Wicked naming conventions.
Flourishing life tends always to be irregular and unruly, thwarting efforts to tame its abundance in the name of the gods of progress and reform. Contrast the fecund jungle with the neat lawn. One of these thrives.
They called our disorder ungodly, our love a danger. We called it nothing. It was more action than word. Show me a fish with a word for water.
We were often depicted in the company of cats, those mysterious shapeshifters, notoriously hard to catch and easy to love (for the loving), famously resistant to authority.
It was an art, how we lived, but the enforcers of absolute power renamed it. Not art, but craft. Not sister, but witch. To rhyme with a popular slur.
One way to remake what you fear is to recast it in caricature. So, they made us: black, dark, weird, dangerous. Sure, love and life were all of these and more, but they would have none of it. The dangerous alchemy of a tiny morsel of knowledge in a boundless pool of self-righteous confidence.
We loved and protected. They guarded, refused. We grew; they took. We watched, waited, listened, shared. They announced, stockpiled, amassed.

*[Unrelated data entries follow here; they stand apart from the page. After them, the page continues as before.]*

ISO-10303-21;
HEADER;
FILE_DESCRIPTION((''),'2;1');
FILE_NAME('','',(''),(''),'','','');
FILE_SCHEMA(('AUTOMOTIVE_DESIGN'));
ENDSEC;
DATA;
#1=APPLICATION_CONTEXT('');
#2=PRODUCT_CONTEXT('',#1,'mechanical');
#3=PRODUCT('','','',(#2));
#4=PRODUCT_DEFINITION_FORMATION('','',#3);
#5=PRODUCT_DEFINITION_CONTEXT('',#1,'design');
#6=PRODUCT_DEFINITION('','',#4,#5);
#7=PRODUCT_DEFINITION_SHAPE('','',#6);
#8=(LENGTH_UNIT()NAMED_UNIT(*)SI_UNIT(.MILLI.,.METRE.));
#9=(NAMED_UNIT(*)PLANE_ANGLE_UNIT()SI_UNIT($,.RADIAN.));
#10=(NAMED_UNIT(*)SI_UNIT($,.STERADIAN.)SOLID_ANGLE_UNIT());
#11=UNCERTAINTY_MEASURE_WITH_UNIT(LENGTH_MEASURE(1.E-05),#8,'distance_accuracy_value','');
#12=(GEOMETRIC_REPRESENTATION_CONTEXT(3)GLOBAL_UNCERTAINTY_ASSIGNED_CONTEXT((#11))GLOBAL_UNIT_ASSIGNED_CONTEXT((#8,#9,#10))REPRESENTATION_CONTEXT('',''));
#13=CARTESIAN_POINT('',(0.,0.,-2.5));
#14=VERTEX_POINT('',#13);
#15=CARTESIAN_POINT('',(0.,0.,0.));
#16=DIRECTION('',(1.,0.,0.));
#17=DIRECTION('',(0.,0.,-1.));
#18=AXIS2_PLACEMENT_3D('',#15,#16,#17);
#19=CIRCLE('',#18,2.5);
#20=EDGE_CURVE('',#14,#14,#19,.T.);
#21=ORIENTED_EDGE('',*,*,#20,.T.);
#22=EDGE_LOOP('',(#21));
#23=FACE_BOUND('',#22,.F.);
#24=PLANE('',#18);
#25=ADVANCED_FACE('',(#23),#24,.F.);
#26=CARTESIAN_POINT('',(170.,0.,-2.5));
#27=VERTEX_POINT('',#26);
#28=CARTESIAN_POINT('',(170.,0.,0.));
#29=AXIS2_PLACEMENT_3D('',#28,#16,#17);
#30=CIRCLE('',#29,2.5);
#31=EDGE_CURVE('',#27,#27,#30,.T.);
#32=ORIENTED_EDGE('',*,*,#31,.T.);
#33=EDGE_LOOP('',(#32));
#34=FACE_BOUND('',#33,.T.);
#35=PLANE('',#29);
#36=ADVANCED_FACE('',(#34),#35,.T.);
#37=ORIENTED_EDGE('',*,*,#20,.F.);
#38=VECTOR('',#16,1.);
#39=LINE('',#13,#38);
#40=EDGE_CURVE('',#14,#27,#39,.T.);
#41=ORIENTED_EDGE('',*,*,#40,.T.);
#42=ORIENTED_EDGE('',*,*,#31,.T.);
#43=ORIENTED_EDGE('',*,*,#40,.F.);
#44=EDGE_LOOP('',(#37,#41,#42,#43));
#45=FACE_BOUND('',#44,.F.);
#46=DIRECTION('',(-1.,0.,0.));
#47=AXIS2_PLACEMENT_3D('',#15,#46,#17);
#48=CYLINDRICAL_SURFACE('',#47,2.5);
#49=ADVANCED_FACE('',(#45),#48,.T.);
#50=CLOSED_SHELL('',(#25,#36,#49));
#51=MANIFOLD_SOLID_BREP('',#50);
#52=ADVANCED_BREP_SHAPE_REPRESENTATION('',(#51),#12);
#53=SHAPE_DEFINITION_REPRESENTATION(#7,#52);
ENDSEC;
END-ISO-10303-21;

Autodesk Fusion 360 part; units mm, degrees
sketch "Sketch1" plane through (0, 0, 0) normal (1, 0, 0) x (0, 0, -1)
  circle A0 centre (0, 0) radius 2.5
  dimension "d1" = 5
extrude "Extrude1" add sketch "Sketch1" along normal blind 170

Our most transgressive act, as some saw it, was the giving of a familiar spirit to the daughter or granddaughter, along with strategies for survival.

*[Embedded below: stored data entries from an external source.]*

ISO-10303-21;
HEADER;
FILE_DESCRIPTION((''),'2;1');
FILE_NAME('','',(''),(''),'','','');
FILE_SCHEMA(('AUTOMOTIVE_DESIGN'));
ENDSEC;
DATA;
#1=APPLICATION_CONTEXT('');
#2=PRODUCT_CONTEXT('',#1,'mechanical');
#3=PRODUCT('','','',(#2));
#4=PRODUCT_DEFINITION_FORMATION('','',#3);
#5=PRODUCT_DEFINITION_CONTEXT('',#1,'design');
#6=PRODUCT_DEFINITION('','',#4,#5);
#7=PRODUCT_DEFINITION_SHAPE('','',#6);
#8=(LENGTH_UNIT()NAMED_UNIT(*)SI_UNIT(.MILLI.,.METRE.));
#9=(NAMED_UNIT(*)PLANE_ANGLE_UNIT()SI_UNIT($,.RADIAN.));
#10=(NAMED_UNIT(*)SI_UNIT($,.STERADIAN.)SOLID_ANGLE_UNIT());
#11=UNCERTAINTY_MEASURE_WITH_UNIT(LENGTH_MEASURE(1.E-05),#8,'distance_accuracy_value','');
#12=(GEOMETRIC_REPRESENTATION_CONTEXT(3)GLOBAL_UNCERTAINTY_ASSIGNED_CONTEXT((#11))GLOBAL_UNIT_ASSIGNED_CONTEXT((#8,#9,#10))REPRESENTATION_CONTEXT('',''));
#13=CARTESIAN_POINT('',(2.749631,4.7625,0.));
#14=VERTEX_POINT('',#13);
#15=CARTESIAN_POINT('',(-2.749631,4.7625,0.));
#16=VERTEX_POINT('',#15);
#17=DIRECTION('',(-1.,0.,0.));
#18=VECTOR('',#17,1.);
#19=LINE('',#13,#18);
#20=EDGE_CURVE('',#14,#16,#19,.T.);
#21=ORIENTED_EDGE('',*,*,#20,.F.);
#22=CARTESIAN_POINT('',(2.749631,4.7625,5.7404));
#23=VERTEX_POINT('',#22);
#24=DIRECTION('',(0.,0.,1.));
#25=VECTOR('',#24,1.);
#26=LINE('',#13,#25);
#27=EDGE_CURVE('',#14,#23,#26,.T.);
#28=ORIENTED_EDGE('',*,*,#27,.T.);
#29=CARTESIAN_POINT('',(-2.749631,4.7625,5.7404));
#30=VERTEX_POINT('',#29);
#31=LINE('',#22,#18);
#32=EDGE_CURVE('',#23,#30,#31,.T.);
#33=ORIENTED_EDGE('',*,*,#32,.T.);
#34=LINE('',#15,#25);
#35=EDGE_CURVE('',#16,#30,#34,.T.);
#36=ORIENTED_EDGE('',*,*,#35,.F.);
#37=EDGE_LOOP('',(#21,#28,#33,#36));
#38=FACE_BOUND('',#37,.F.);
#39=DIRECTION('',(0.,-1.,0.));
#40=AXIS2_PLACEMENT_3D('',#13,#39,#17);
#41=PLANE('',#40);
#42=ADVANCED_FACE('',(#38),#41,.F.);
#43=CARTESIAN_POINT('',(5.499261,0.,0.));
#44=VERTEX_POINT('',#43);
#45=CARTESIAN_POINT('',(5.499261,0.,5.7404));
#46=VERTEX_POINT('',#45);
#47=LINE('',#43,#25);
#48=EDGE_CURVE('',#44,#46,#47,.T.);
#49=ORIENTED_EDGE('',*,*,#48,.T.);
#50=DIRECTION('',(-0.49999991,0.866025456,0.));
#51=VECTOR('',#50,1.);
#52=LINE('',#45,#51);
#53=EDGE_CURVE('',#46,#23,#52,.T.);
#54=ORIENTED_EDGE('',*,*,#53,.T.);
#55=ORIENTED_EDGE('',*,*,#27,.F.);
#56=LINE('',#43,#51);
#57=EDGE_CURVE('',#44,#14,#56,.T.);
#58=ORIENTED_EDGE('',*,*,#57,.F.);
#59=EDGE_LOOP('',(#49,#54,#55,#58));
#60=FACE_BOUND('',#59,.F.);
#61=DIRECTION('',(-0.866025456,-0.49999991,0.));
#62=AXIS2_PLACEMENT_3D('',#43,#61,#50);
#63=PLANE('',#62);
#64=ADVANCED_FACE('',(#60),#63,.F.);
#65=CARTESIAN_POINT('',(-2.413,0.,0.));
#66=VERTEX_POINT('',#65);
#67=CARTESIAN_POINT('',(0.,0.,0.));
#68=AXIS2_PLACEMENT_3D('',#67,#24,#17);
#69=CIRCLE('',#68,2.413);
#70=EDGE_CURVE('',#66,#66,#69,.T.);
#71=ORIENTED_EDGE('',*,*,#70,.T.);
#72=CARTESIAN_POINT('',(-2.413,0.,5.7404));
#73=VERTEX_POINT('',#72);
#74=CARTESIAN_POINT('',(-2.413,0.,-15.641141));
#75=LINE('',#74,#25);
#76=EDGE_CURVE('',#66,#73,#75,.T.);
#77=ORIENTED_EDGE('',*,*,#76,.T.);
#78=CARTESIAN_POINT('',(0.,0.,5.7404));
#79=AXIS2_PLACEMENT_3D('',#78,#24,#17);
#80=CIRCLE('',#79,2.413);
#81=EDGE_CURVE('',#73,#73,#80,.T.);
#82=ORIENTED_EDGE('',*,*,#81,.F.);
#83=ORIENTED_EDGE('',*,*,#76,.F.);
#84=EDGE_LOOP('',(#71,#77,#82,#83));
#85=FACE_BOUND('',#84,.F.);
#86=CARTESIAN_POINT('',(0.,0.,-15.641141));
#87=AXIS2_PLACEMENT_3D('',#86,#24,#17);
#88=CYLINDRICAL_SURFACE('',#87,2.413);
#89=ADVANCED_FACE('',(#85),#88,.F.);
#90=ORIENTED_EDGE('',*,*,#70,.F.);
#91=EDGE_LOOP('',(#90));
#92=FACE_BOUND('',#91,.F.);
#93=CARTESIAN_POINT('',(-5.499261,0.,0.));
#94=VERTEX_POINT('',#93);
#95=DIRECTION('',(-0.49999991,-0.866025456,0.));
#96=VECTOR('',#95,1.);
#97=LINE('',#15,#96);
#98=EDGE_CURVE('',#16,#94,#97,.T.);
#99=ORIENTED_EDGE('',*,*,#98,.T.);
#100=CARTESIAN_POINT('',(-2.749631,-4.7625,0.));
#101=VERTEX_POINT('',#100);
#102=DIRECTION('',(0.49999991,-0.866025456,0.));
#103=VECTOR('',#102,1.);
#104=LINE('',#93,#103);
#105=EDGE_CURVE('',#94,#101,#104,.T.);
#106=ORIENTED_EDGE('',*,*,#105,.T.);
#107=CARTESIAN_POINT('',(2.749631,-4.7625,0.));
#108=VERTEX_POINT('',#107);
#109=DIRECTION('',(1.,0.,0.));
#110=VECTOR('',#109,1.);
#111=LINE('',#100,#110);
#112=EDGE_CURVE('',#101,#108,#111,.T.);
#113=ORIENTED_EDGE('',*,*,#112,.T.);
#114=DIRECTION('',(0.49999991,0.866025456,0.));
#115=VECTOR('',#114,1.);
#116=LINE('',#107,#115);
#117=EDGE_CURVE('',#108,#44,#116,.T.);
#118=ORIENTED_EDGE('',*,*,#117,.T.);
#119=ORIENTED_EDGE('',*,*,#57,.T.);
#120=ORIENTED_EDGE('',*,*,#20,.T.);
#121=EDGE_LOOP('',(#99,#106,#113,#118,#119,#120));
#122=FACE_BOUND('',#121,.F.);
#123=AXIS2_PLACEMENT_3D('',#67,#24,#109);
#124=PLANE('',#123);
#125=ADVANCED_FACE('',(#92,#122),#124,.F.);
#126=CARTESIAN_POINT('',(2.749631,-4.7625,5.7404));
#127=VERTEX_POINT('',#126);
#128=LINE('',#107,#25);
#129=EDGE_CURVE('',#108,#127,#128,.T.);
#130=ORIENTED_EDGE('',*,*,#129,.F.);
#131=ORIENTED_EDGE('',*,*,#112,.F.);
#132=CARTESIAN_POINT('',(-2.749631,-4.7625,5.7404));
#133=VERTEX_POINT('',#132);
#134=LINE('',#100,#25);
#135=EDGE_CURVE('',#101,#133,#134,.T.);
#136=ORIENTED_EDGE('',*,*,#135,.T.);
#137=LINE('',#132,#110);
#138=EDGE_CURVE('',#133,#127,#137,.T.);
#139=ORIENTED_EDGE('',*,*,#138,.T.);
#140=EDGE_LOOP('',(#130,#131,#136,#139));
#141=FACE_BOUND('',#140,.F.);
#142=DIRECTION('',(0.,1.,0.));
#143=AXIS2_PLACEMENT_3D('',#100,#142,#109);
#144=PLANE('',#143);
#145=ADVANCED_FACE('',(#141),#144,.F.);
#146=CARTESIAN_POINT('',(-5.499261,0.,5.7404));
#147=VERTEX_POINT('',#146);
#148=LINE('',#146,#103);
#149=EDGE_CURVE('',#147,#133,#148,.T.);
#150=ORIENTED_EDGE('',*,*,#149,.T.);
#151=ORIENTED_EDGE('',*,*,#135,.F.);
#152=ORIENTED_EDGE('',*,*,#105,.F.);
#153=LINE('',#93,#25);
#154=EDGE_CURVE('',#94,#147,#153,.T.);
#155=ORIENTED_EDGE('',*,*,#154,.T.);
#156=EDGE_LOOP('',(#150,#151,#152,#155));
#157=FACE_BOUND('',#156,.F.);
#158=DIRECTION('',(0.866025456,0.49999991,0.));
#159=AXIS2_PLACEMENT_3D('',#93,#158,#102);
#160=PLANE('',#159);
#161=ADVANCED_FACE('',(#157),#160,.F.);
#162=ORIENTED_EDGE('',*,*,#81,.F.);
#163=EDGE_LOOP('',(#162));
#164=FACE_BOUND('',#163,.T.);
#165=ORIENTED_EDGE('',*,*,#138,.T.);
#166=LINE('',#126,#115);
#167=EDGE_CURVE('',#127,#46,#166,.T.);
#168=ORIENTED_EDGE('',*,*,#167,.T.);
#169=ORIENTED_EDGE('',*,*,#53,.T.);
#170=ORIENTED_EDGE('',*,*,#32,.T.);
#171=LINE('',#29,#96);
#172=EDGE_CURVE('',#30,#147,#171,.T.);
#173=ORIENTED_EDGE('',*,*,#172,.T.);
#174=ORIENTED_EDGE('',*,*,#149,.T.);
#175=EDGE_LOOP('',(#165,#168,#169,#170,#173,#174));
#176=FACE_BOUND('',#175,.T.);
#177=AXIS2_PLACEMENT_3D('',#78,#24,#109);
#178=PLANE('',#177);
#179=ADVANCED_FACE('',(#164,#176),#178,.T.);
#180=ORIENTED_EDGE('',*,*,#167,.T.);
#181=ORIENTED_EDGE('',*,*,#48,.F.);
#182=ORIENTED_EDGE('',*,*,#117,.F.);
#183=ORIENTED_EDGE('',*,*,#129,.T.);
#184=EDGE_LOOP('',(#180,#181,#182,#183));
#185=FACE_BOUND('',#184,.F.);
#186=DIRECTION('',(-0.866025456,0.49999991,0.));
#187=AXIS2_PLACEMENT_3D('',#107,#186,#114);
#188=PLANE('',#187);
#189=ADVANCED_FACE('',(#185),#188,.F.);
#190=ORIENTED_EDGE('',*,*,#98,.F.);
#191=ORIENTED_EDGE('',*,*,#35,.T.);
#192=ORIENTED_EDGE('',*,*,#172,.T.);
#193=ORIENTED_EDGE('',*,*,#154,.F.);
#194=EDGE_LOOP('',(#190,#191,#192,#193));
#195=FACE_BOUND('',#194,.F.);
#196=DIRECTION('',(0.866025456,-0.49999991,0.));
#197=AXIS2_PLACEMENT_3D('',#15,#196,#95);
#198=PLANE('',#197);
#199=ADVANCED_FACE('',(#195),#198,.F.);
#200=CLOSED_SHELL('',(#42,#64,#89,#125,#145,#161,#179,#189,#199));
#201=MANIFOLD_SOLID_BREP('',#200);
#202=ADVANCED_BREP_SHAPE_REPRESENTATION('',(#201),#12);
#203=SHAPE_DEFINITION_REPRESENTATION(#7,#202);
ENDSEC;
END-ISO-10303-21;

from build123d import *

# Parameters (mm, degrees)
F1_DEPTH = 5.7404
F2_D     = 4.826


with BuildPart() as f1:
    # F0 (on Top) → F1 (new body)
    with BuildSketch(Plane.XY):
        Polygon((5.499261, 0), (2.749631, 4.7625), (-2.749631, 4.7625), (-5.499261, 0), (-2.749631, -4.7625), (2.749631, -4.7625), align=None)
    extrude(amount=F1_DEPTH)

    # F2 (through all)
    with Locations(Plane(origin=(0, 0, 0), x_dir=(1, 0, 0), z_dir=(0, 0, -1))):
        with Locations((0, 0)):
            Hole(F2_D / 2)


solid = f1.part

And, that we lived. In loving community. In later caricatures, one of us will be pictured as ancient, outcast, poor, and alone. She was our great-grandmother. She raised and taught us. When they burned our village, she was in the field. She survived.
Our detractors persist. Always in the name of progress, reform, order. We know them by their obsessions with mechanized gadgets and purity; acquisition and the order of lawns. And we know them by their mistrust of music, dance, the wild and untamed arts––and cats. And by the names they call those who challenge their systems of order, and their fear of women (and numerous others) who speak against authority.
***
This morning, while looking into the work of the American scholar and artist Deborah Willis, I came across an article by another scholar of the same name who seemed (to me) to be exploring parallel lines of interest to the Willis I was looking for, albeit in different focus areas. The article is “The Witch-Family in Elizabethan and Jacobean Print Culture” (Journal for Early Modern Cultural Studies, Winter 2013). As (the other) Willis explains, the idea of the solitary witch was preceded by a longstanding suspicion of witch families. Matriarchal and poor families were especially prone to suspicion, and mother-daughter bonds created “a special locus of anxiety.” Pamphlets warning of witchcraft tended to correspond with a growth of Protestant handbooks on the godly household, as part of a (patriarchal, colonial) effort to make “family central to a vision of absolutist rule.” I found the discovery timely on many levels.